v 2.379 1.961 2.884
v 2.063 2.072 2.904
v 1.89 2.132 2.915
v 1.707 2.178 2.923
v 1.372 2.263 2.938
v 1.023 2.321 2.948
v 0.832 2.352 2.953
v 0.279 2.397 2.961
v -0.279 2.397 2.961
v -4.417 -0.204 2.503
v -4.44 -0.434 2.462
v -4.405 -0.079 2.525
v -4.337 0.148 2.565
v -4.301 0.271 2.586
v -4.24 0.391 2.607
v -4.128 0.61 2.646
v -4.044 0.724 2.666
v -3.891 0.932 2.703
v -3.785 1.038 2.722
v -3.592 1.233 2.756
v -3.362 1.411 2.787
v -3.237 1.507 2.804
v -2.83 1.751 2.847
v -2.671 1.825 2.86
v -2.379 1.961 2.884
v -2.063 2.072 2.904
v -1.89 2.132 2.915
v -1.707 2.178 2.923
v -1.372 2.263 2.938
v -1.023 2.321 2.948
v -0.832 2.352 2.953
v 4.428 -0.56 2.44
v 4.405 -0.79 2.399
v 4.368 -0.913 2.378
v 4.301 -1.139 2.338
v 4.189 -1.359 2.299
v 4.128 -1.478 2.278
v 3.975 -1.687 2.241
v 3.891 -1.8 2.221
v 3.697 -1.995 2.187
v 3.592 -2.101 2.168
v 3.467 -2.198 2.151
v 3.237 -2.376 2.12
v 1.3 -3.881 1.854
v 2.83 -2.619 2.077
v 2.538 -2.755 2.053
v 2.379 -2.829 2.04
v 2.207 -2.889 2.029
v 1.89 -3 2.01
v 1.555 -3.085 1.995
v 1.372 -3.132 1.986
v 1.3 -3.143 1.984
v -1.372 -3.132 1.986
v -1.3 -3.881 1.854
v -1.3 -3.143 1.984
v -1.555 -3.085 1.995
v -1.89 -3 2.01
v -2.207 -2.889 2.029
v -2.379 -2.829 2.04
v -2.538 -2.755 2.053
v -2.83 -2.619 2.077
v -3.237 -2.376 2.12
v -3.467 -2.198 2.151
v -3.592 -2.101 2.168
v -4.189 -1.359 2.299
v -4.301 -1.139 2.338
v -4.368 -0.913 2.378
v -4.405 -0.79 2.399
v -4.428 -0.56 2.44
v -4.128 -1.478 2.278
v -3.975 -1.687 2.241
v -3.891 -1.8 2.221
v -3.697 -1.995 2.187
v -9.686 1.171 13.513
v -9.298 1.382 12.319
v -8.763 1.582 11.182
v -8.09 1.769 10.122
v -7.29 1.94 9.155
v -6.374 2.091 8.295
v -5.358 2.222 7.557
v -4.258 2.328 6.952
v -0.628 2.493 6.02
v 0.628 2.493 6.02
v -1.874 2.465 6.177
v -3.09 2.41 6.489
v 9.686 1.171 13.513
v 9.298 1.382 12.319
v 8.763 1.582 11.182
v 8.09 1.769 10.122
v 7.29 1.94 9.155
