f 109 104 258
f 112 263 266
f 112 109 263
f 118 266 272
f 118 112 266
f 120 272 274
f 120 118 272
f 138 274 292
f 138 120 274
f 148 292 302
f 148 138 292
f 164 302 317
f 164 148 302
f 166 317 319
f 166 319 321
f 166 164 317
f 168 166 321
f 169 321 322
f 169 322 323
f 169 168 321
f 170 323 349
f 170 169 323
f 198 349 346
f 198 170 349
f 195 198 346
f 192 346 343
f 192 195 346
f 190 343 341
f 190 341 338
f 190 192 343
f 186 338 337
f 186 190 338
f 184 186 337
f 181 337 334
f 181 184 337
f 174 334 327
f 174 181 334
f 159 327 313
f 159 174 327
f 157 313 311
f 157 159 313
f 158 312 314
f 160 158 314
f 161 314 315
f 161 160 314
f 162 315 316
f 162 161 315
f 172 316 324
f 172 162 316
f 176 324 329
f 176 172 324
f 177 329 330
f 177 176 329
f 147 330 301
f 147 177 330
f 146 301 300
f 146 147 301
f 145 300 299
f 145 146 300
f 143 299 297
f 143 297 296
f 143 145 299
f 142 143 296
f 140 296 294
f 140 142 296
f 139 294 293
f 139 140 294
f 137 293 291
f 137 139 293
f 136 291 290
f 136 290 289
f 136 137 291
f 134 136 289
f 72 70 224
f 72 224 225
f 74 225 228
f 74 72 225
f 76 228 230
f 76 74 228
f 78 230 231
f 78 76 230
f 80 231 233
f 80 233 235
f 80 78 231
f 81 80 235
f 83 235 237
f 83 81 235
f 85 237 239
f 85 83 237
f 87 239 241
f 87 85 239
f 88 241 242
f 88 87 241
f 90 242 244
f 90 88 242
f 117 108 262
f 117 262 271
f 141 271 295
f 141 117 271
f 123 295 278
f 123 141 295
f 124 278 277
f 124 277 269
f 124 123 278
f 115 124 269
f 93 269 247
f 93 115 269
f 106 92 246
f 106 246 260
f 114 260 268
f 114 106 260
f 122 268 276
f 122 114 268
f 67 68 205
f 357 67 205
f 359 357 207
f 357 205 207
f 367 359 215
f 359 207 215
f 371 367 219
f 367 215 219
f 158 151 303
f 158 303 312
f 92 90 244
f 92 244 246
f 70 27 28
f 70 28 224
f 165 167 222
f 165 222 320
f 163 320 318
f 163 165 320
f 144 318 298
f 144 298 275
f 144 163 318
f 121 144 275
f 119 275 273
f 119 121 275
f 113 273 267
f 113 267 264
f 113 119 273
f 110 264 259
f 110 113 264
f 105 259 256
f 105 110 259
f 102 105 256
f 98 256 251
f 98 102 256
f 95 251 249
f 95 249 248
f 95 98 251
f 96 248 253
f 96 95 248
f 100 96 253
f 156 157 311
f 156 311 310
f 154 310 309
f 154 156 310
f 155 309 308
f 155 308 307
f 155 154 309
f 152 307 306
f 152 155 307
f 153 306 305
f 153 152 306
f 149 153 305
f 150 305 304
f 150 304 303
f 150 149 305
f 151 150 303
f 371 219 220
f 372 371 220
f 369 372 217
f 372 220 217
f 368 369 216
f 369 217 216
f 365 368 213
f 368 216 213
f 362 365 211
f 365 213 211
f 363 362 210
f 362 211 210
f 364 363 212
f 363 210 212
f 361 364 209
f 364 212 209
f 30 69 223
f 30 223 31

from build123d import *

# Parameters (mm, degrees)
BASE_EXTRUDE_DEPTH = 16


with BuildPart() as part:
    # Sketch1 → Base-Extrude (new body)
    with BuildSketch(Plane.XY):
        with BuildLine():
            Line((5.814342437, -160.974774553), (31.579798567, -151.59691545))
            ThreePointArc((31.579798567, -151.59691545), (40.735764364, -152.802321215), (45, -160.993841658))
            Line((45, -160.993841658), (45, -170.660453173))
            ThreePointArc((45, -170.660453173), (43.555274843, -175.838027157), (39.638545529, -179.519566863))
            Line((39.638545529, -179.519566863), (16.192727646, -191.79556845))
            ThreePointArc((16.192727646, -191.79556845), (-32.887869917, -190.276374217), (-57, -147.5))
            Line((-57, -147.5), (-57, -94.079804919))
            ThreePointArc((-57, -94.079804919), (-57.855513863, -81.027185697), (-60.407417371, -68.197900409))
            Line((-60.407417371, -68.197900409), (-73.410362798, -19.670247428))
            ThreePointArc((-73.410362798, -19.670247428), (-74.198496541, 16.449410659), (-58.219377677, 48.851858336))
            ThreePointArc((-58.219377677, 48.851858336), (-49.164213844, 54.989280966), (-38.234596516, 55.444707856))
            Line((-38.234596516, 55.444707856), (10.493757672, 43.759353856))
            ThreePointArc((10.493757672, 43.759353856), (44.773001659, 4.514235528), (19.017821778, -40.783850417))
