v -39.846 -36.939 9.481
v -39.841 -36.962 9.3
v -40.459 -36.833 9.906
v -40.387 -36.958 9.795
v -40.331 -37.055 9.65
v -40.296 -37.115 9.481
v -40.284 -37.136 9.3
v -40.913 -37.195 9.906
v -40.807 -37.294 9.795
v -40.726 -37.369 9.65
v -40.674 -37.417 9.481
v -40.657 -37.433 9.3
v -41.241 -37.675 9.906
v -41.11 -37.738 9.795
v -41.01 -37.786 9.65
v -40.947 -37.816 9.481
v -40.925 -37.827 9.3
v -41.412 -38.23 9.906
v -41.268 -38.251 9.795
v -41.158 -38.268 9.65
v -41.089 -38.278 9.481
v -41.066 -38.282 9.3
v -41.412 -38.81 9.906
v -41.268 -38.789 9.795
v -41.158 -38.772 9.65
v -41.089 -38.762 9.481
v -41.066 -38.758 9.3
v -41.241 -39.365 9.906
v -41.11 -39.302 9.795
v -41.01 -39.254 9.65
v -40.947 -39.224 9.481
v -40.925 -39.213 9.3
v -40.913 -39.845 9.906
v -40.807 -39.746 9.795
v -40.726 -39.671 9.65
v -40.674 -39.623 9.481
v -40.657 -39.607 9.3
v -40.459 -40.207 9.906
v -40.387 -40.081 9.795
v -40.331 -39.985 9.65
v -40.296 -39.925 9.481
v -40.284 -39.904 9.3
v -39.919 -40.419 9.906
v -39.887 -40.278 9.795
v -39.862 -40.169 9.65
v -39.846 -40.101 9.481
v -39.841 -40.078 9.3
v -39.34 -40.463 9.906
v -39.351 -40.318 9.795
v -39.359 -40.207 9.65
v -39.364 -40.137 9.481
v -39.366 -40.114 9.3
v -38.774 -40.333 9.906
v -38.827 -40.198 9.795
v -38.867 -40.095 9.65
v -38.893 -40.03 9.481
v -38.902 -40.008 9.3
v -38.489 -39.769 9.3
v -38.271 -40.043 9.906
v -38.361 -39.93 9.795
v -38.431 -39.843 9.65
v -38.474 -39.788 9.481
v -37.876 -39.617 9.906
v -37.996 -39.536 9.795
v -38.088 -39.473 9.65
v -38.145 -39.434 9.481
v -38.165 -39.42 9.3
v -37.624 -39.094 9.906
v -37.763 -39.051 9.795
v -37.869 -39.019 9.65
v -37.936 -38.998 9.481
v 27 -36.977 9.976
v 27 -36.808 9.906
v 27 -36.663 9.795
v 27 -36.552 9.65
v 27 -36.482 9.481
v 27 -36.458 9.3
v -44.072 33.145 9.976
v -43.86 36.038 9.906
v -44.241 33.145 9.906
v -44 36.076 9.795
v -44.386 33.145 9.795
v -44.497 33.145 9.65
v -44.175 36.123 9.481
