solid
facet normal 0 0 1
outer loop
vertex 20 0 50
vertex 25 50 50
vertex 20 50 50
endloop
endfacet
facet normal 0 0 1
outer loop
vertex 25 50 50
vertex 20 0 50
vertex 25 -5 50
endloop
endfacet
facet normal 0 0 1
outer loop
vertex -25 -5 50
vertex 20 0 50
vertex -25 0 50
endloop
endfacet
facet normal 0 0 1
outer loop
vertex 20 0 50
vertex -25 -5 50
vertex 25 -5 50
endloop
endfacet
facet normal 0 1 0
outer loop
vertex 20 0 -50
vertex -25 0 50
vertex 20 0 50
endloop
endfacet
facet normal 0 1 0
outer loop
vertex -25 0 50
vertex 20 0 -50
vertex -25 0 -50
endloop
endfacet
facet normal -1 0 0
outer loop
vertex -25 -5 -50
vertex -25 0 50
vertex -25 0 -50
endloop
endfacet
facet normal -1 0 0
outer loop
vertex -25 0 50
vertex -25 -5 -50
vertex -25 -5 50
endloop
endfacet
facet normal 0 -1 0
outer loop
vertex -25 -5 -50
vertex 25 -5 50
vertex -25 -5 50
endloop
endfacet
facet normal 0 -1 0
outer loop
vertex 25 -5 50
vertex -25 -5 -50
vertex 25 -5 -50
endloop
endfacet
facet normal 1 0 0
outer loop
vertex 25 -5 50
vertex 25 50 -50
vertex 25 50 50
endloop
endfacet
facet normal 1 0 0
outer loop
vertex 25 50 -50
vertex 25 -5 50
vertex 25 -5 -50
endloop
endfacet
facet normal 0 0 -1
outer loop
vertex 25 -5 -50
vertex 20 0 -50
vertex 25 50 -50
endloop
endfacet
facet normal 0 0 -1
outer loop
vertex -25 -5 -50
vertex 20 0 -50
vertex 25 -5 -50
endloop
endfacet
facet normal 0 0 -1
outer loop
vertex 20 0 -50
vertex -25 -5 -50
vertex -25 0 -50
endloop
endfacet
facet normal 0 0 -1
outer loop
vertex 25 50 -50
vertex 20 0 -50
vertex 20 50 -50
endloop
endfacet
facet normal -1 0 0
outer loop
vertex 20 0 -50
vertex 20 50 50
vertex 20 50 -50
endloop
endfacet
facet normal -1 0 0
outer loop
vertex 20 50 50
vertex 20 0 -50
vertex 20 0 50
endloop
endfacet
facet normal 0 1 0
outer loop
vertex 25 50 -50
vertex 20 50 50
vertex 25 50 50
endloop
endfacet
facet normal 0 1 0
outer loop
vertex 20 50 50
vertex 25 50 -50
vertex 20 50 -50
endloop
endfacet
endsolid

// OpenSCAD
// file: blank.scad
include <common.scad>

module Blank(front_thickness=5)
{
  color("red")
  {
    rotate([90, 0, 0])
    {
      linear_extrude(front_thickness)
      {
        FrontProjection();
      }
    }
  }
}

Blank();
// file: common.scad
segment_width = 50;
segment_height = 100;

module FrontProjection()
{
  /* TODO */
  square([segment_width, segment_height], center=true);
}
// main file
include <common.scad>
use <blank.scad>

module BlankWithMountingPlate(front_thickness=5, plate_thickness=5, plate_depth=50)
{
  Blank(front_thickness);

  color("green")
  {
    translate([(segment_width - plate_thickness) / 2, 0, 0])
    {
      rotate([-90, 0, 0])
      {
        linear_extrude(plate_depth)
        {
          square([plate_thickness, segment_height], center=true);
        }
      }
    }
  }
}

BlankWithMountingPlate();
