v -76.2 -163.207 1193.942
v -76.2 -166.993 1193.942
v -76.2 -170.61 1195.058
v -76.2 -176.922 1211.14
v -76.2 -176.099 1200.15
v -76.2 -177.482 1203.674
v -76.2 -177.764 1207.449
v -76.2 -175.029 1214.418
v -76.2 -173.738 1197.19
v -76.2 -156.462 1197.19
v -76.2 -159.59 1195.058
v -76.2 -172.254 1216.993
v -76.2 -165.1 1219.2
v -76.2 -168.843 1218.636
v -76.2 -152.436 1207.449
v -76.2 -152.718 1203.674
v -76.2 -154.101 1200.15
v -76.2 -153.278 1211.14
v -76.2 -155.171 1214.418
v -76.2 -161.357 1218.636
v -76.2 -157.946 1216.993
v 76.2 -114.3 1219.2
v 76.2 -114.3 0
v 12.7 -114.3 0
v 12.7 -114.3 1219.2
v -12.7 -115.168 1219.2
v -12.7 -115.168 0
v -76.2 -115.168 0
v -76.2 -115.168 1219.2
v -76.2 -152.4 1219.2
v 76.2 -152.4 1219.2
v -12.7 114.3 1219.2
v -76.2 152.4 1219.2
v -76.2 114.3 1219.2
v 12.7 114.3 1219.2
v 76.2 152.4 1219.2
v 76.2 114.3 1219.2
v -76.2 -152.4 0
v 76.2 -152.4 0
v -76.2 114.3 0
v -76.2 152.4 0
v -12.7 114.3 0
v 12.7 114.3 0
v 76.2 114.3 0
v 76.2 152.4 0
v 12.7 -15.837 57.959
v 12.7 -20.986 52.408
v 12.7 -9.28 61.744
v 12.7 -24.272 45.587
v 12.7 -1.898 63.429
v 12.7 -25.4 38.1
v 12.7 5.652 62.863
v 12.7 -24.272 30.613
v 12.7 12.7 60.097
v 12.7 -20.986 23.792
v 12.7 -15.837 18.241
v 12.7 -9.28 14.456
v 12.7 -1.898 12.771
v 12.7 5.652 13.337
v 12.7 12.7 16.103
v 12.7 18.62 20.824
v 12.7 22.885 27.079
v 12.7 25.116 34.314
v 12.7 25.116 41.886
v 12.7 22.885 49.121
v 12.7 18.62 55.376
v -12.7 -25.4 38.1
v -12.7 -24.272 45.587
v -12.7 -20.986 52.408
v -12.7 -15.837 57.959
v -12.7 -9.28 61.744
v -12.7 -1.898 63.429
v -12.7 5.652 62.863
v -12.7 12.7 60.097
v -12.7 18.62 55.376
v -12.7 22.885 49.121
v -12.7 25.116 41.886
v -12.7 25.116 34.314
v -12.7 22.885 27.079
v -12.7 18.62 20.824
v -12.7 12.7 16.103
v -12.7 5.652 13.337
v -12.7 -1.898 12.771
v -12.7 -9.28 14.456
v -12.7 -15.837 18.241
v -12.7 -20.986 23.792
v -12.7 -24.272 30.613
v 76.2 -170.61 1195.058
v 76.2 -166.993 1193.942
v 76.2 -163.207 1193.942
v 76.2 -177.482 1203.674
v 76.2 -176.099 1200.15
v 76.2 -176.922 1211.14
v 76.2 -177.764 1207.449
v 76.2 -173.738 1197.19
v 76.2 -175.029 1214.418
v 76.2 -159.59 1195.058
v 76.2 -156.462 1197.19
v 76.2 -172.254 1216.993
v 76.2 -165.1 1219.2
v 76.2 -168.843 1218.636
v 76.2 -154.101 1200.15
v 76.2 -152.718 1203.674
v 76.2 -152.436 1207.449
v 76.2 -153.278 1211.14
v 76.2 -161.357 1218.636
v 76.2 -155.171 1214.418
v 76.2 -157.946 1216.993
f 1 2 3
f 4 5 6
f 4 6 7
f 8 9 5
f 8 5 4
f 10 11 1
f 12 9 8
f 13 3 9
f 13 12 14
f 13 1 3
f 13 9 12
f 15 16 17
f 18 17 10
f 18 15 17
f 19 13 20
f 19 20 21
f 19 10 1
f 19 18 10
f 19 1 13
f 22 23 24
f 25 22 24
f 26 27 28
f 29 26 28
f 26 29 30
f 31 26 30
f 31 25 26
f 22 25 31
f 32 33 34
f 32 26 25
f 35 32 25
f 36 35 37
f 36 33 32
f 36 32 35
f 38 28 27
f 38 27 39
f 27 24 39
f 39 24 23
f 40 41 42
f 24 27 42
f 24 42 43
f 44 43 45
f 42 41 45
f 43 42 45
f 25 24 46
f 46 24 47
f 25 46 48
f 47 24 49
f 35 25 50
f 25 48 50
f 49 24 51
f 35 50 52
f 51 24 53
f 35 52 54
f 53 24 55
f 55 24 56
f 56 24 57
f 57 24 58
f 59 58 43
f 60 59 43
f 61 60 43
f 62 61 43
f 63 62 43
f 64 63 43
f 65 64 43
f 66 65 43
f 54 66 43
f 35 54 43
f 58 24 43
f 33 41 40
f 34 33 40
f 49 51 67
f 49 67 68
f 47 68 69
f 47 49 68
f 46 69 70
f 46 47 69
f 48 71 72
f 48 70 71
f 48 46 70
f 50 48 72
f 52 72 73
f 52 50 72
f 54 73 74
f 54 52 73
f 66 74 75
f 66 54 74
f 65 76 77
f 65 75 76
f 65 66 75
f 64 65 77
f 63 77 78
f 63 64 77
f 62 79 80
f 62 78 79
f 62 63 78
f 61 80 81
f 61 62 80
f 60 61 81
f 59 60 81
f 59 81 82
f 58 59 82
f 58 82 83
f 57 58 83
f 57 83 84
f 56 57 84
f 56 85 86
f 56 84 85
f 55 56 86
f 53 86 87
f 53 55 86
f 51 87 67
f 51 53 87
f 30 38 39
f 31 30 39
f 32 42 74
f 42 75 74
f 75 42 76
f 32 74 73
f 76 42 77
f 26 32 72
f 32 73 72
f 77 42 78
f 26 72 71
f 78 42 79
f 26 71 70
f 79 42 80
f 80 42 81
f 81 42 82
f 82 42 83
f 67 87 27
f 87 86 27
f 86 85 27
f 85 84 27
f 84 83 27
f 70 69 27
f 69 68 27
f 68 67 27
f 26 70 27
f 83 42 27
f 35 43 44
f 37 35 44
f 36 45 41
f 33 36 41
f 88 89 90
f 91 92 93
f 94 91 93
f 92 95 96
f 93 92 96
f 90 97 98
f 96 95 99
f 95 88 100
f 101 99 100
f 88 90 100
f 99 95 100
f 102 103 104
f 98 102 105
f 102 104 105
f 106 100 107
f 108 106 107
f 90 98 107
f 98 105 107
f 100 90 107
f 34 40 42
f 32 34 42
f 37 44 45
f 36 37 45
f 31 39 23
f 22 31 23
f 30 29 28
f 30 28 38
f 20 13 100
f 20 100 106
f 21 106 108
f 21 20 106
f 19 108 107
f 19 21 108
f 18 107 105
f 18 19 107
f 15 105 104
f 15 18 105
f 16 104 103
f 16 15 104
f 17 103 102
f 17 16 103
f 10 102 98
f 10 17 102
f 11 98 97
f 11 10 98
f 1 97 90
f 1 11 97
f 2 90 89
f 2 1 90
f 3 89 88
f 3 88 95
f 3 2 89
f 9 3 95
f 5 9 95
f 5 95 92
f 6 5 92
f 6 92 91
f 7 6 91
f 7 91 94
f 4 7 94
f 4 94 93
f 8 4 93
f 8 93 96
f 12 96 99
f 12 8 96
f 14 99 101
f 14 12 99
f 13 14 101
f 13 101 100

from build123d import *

# Parameters (mm, degrees)
BOSS_EXTRUDE1_DEPTH     = 1219.2
CUT_EXTRUDE1_DEPTH      = 11.43
CUT_EXTRUDE1_DEPTH_BACK = 41.148
SKETCH3_R               = 25.4
SKETCH4_R               = 12.7
BOSS_EXTRUDE2_DEPTH     = 152.4


with BuildPart() as part:
    # Sketch2 → Boss-Extrude1 (new body)
    with BuildSketch(Plane.XY):
        Polygon((-76.2, -152.4), (76.2, -152.4), (76.2, -114.3), (12.7, -114.3), (12.7, 114.3), (76.2, 114.3), (76.2, 152.4), (-76.2, 152.4), (-76.2, 114.3), (-12.7, 114.3), (-12.7, -115.168197492), (-76.2, -115.168197492), align=None)
    extrude(amount=BOSS_EXTRUDE1_DEPTH)

    # Sketch3 → Cut-Extrude1 (cut, two sides: drawn at the far end of the back side and taken through both)
    with BuildSketch(Plane.ZY.offset(12.7).offset(-CUT_EXTRUDE1_DEPTH_BACK)):
        with Locations(Location((38.1, 0, 0), (0, 0, 270))):
            Circle(SKETCH3_R)
    extrude(amount=CUT_EXTRUDE1_DEPTH + CUT_EXTRUDE1_DEPTH_BACK, mode=Mode.SUBTRACT)


with BuildPart() as body_2:
    # Sketch4 → Boss-Extrude2 (new body)
    with BuildSketch(Plane.ZY.offset(76.2)):
        with Locations((1206.5, -165.1)):
            Circle(SKETCH4_R)
    extrude(amount=-BOSS_EXTRUDE2_DEPTH)


solid = Compound([part.part, body_2.part])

-------

Which lines above hold the word "ThreePointArc"? Copy each of them.

            ThreePointArc((31.579798567, -151.59691545), (40.735764364, -152.802321215), (45, -160.993841658))
            ThreePointArc((45, -170.660453173), (43.555274843, -175.838027157), (39.638545529, -179.519566863))
            ThreePointArc((16.192727646, -191.79556845), (-32.887869917, -190.276374217), (-57, -147.5))
            ThreePointArc((-57, -94.079804919), (-57.855513863, -81.027185697), (-60.407417371, -68.197900409))
            ThreePointArc((-73.410362798, -19.670247428), (-74.198496541, 16.449410659), (-58.219377677, 48.851858336))
            ThreePointArc((-58.219377677, 48.851858336), (-49.164213844, 54.989280966), (-38.234596516, 55.444707856))
            ThreePointArc((10.493757672, 43.759353856), (44.773001659, 4.514235528), (19.017821778, -40.783850417))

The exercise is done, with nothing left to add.